Allow me to start with my own observation(s) thus far.

The Midrash (Eichah Rabbah 2:13) says that if the nations would say that they possess wisdom, you should believe them. However, when the nations would say that they also would possess the Torah as in wisdom, you shouldn't believe them.

Rabbi Yehoshua Hartman, in his notes to Tiferes Yisrael, by the Maharal MiPrague writes:

טעם זה צ"ב, שהא תינח שיש לישראל התורה שאינה בנמצא אצל הגוים - [...] The reason for this is that Israel has the Torah (in it's possession) and the Gentile nations do not have it (in their possesion)

The Targum on Bereishis 4:8 (Targum Yerushalayim) translates the posuk as:

Kain answered and said to Habel his brother, There is neither judgment nor Judge, nor another world; neither is a good reward given to the righteous, nor will vengeance be taken of the wicked. Nor was the world created in goodness, nor in goodness is it conducted.

According to some sources, including the Arizal, Yisro was a gilgul (a reincarnation) of Kayin (see: VediBarta Bam). I've read an interpretation of Rabbi Oizer Alport in Bein Gavra L'Gavra that this can be connected to the Targum cited above. Since Kayin rejected that Hashem is the judge in the world and universe, Yisro, as a gilgul of Kayin, came and accepted G-ds sovereinity and that He's the judge and introducing Moshe Rabbeinu with a proper judicial system.

The Rebbe in Likkutei Sichos, vol. 11, explains that by studying the Torah, Yisro so to speak transformed all the dark kelipos into holiness. All the kelipos that he had because he was once the "kohen of Midian", and the Midrash says that he "tasted of every singel sort of avodah zarah". This concept can also be found in the commentary of the Tiferes Shlomo on Shemos 18:1.

And this is why the Ten Commandments begin with "I am the L-rd your G-d who took you out of Egypt" and not "I am the L-rd your G-d who created the world" because this is the fundamental principle of receiving the Torah; the yichud of Anochi, to subdue all of the kelipa that causes pain to the Jewish people and return it all to good. (emphasis mine)

The Tiferes Shlomo writes that it is a fundamental principle of one who receives the Torah, that he is to subdue all of the kelipos and to transform it into good. This is exactly what Yisro did. He once was a pagan-priest, but subdued the kelipos and literally transformed all darkness and negativity into holiness.

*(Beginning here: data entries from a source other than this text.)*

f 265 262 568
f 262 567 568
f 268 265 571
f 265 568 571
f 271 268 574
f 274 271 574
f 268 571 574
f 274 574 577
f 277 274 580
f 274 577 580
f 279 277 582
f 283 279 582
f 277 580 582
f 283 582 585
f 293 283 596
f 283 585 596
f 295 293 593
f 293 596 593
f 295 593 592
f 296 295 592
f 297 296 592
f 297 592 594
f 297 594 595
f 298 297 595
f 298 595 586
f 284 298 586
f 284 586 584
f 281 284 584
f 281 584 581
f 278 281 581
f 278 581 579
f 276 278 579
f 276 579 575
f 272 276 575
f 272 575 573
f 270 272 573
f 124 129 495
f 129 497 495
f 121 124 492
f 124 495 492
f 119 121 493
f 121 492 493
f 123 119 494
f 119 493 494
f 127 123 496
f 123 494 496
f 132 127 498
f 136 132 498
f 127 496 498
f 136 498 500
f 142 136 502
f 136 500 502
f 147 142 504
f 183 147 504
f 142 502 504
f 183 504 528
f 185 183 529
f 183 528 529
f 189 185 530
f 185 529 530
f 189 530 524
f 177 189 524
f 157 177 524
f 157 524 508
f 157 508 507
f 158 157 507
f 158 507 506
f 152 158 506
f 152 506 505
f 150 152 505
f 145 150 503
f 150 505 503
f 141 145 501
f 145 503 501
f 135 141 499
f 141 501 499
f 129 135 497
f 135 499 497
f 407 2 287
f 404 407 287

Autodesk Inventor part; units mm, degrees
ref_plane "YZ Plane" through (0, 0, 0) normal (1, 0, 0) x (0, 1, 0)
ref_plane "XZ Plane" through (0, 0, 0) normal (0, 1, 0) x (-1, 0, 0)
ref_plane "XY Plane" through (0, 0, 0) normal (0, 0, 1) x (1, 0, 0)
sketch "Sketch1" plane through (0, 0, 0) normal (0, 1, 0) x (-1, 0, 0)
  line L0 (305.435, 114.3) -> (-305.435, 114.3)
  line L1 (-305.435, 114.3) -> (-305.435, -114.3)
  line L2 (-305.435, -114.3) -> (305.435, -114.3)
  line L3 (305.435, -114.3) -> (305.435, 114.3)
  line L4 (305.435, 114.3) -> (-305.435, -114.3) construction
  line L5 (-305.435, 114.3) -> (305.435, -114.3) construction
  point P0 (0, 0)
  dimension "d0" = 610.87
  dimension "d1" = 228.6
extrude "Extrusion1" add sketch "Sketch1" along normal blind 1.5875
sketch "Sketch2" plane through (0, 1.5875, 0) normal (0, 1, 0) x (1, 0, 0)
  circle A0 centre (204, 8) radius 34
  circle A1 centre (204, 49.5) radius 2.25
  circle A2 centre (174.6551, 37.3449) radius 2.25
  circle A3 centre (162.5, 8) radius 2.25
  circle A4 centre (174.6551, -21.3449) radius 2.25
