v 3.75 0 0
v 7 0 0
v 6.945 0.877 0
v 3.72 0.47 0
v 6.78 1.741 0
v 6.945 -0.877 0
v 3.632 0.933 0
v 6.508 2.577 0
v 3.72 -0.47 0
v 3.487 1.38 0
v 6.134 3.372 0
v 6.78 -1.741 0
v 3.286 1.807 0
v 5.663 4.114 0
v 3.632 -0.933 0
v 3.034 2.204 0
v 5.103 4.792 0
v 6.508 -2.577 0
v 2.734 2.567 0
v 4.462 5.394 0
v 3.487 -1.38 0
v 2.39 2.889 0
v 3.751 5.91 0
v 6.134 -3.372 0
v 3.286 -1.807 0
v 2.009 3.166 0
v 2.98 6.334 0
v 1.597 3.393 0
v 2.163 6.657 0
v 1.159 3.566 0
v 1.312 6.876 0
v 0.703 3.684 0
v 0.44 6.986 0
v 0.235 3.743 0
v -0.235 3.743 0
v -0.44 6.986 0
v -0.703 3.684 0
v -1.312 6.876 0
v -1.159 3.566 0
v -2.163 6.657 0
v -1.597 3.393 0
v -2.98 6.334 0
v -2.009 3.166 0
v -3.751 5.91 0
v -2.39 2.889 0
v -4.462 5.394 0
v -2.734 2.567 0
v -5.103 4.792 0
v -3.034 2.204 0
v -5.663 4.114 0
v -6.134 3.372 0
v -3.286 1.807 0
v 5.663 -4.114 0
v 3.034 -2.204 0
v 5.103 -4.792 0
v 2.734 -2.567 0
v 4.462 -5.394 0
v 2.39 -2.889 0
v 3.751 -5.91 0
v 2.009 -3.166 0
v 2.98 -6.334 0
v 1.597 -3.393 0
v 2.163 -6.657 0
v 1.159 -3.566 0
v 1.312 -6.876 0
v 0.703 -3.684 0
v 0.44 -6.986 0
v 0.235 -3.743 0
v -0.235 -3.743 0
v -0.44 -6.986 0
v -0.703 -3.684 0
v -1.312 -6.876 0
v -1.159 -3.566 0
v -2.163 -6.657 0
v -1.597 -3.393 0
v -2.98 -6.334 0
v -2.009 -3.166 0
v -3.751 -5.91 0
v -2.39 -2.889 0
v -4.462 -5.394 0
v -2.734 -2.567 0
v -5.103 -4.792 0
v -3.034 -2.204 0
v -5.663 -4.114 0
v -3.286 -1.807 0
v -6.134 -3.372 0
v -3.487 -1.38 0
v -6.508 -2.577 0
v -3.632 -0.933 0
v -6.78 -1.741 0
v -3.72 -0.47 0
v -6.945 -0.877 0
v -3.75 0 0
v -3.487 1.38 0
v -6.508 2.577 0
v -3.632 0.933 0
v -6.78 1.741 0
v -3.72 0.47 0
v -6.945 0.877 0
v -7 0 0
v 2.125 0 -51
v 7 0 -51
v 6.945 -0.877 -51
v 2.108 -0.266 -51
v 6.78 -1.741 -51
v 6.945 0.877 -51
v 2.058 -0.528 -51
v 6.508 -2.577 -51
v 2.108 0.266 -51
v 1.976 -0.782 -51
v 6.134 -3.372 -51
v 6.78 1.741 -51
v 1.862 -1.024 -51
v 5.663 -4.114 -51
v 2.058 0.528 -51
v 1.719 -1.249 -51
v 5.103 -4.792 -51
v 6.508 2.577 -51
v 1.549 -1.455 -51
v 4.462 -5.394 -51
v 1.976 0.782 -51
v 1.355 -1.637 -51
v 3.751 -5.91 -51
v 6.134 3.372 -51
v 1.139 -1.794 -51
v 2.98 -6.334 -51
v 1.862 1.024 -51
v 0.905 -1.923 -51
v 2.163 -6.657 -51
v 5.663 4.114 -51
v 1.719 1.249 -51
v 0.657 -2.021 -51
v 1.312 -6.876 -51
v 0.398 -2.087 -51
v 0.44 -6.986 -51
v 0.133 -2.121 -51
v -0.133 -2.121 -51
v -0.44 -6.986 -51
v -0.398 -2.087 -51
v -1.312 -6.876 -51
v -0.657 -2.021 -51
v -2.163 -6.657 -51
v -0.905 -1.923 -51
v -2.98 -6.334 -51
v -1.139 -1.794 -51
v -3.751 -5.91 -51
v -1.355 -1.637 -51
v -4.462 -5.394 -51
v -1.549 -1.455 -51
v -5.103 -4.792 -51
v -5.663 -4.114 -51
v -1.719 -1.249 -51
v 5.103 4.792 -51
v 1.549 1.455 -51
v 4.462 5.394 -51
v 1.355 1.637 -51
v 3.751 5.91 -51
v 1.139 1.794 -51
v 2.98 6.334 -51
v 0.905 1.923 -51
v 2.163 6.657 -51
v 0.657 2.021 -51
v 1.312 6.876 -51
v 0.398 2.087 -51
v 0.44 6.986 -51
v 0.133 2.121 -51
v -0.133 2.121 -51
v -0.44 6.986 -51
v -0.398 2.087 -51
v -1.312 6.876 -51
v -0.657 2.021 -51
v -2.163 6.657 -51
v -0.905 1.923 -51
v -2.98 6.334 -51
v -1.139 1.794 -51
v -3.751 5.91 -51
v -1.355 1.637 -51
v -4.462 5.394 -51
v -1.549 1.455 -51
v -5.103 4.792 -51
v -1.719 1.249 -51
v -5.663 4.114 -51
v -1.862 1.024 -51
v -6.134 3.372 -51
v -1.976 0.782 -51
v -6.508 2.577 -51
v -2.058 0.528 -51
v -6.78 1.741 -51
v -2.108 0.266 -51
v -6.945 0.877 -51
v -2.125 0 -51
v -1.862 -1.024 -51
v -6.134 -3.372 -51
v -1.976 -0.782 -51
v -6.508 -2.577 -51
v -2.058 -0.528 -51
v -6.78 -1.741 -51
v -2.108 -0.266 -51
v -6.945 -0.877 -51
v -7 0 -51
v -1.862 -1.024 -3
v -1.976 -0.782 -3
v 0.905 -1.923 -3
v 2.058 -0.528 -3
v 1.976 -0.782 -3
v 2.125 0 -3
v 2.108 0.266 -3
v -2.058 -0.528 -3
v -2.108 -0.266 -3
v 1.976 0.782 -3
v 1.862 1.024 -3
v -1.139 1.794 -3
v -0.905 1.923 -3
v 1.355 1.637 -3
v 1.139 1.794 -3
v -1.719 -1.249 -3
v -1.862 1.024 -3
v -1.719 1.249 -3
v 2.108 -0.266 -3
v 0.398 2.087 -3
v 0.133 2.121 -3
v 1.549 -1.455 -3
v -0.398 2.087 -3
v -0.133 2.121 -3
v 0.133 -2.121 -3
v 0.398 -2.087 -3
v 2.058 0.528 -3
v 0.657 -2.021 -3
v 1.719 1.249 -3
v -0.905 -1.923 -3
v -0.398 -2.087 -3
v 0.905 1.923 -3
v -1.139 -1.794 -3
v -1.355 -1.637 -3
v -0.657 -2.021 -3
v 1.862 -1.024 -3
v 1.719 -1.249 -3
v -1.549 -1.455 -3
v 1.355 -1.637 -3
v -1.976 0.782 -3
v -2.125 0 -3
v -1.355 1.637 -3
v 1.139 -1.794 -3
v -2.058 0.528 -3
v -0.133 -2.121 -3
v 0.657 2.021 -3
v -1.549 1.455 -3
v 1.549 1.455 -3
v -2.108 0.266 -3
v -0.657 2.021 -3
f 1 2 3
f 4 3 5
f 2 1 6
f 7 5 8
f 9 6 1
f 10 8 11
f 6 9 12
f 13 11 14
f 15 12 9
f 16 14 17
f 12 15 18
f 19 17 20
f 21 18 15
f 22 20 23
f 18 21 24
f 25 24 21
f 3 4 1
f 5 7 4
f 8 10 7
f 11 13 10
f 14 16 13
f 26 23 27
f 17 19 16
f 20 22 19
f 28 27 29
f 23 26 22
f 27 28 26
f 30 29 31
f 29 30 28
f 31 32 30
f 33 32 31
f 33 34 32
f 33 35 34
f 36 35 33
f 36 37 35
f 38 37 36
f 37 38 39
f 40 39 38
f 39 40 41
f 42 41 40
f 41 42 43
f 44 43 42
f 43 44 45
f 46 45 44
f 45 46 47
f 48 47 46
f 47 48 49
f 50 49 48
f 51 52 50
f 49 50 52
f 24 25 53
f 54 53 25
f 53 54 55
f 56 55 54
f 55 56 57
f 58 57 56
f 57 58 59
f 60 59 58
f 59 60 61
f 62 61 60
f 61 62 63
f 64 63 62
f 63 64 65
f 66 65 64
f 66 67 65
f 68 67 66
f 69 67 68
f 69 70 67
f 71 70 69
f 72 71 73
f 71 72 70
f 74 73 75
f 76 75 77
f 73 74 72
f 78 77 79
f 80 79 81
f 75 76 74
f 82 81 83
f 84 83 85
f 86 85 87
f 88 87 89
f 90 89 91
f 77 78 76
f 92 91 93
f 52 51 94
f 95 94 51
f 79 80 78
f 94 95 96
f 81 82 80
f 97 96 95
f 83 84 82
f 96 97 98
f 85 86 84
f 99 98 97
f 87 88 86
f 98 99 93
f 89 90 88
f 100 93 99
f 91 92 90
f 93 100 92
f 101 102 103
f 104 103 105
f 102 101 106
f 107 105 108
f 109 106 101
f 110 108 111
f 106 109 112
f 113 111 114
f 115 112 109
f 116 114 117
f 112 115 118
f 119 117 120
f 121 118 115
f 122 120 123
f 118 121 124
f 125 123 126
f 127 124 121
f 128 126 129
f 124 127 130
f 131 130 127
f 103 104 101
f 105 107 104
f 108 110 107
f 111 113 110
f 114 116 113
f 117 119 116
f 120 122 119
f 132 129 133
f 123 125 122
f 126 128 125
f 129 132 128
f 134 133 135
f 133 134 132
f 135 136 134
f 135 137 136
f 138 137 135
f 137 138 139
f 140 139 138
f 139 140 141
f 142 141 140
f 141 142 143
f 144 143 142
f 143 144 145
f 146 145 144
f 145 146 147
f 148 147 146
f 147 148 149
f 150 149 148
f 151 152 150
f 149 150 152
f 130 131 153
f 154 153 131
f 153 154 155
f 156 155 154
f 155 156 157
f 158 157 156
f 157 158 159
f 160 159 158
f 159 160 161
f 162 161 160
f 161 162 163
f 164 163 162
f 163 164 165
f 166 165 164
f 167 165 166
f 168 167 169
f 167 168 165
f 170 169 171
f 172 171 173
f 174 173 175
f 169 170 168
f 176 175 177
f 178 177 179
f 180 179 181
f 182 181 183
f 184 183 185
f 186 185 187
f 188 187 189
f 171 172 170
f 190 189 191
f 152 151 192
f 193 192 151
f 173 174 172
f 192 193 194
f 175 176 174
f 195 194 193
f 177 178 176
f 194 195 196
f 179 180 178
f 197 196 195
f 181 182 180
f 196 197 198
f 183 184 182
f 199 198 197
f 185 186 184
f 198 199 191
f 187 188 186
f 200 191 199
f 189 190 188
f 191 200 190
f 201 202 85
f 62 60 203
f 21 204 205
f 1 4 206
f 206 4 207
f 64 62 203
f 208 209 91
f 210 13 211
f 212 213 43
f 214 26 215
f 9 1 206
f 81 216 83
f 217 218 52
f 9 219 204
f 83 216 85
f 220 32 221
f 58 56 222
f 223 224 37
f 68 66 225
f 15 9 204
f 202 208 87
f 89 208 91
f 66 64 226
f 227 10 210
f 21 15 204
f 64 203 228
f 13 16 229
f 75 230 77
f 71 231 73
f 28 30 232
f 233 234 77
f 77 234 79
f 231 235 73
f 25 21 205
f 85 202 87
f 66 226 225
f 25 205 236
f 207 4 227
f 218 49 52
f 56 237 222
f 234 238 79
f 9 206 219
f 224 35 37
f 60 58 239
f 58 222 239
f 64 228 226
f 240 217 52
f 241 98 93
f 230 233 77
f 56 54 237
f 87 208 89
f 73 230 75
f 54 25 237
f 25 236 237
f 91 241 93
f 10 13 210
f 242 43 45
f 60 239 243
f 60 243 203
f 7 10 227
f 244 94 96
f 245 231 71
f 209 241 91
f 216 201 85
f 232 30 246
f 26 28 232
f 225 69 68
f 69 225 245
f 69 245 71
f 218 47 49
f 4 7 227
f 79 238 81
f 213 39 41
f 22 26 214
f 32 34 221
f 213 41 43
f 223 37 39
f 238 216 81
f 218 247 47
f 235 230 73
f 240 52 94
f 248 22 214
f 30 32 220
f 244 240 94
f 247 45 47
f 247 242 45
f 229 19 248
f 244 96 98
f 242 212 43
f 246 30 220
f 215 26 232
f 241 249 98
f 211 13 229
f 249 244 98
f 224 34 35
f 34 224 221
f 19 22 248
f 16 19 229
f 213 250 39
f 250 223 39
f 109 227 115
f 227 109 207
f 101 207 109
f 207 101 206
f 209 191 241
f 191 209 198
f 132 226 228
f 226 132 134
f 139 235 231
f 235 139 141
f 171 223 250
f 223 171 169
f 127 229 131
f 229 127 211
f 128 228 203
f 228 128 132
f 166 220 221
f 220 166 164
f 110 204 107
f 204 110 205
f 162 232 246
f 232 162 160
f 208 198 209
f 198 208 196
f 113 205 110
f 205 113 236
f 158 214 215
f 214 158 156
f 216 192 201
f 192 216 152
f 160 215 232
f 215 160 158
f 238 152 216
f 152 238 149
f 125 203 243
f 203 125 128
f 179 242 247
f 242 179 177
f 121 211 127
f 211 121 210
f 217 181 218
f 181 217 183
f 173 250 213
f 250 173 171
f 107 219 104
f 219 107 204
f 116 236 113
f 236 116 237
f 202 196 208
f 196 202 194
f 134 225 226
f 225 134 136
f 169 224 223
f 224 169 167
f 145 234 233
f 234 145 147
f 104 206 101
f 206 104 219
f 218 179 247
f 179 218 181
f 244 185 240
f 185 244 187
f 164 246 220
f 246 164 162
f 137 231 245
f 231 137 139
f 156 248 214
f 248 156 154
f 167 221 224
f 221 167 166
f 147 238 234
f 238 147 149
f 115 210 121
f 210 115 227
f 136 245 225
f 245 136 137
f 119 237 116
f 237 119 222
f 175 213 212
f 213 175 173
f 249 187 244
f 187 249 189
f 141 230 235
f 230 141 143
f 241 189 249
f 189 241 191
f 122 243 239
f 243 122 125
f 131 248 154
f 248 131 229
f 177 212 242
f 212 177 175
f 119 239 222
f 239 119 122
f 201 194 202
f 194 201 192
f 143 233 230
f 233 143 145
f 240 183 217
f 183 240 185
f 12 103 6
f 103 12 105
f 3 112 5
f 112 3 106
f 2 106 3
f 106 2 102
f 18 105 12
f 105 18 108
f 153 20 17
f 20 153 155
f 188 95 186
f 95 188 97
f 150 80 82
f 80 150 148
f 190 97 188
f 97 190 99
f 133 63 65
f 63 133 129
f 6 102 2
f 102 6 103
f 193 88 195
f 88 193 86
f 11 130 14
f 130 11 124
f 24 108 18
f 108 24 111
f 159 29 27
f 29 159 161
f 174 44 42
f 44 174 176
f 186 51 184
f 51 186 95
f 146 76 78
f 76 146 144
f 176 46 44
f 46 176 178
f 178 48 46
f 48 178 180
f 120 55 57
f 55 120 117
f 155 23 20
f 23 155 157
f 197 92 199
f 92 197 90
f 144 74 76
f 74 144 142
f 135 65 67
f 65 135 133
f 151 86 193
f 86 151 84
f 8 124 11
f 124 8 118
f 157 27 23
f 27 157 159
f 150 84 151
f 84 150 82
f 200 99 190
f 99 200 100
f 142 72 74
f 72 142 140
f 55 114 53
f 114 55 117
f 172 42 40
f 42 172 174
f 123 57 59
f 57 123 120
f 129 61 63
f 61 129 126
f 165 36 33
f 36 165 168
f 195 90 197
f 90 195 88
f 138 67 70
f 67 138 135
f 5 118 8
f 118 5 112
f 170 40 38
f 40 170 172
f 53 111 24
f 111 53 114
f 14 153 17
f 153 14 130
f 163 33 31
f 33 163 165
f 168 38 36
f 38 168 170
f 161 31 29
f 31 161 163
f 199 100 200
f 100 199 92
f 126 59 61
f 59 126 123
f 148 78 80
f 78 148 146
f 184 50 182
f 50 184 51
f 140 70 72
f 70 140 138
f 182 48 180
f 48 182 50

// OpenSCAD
$fn = 50;


difference() {
	union() {
		translate(v = [0, 0, -51.0000000000]) {
			cylinder(h = 51, r = 7.0000000000);
		}
		cylinder(h = 0, r = 13.0000000000);
	}
	union() {
		translate(v = [0, 0, 0]) {
			rotate(a = [0, 0, 0]) {
				difference() {
					union() {
						#translate(v = [0, 0, -51.0000000000]) {
							cylinder(h = 51, r = 2.0000000000);
						}
						#translate(v = [0, 0, -3]) {
							cylinder(h = 3, r = 7.0000000000, r1 = 2.1250000000, r2 = 3.7500000000);
						}
						#translate(v = [0, 0, -51.0000000000]) {
							cylinder(h = 51, r = 2.1250000000);
						}
						#translate(v = [0, 0, -51.0000000000]) {
							cylinder(h = 51, r = 2.0000000000);
						}
					}
					union();
				}
			}
		}
	}
}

In this vein, we can apply the statement of a Midrash Rabbah (Vayikra Rabbah 1:2) where Rabbi Abahu says:

“Those who dwelt in its shade shall return…” (Hoshea 14:8) This refers to the converts who come and take shelter in the shade of the Holy One. “…they shall revive [like] corn…” (ibid.)

So, according to most of the opinions mentioned above, the achievement Yisro achieved was that he was able as a -once a high priest in Midian - now a convert, to transform darkness into light, holiness. Isn't that the soul purpose of our Holy Torah? To subdue the evil and transform it into the G-dly? To connect to G-d and to abandon everything that is not His?

Please feel free to add anything in or to come up with your own idea's.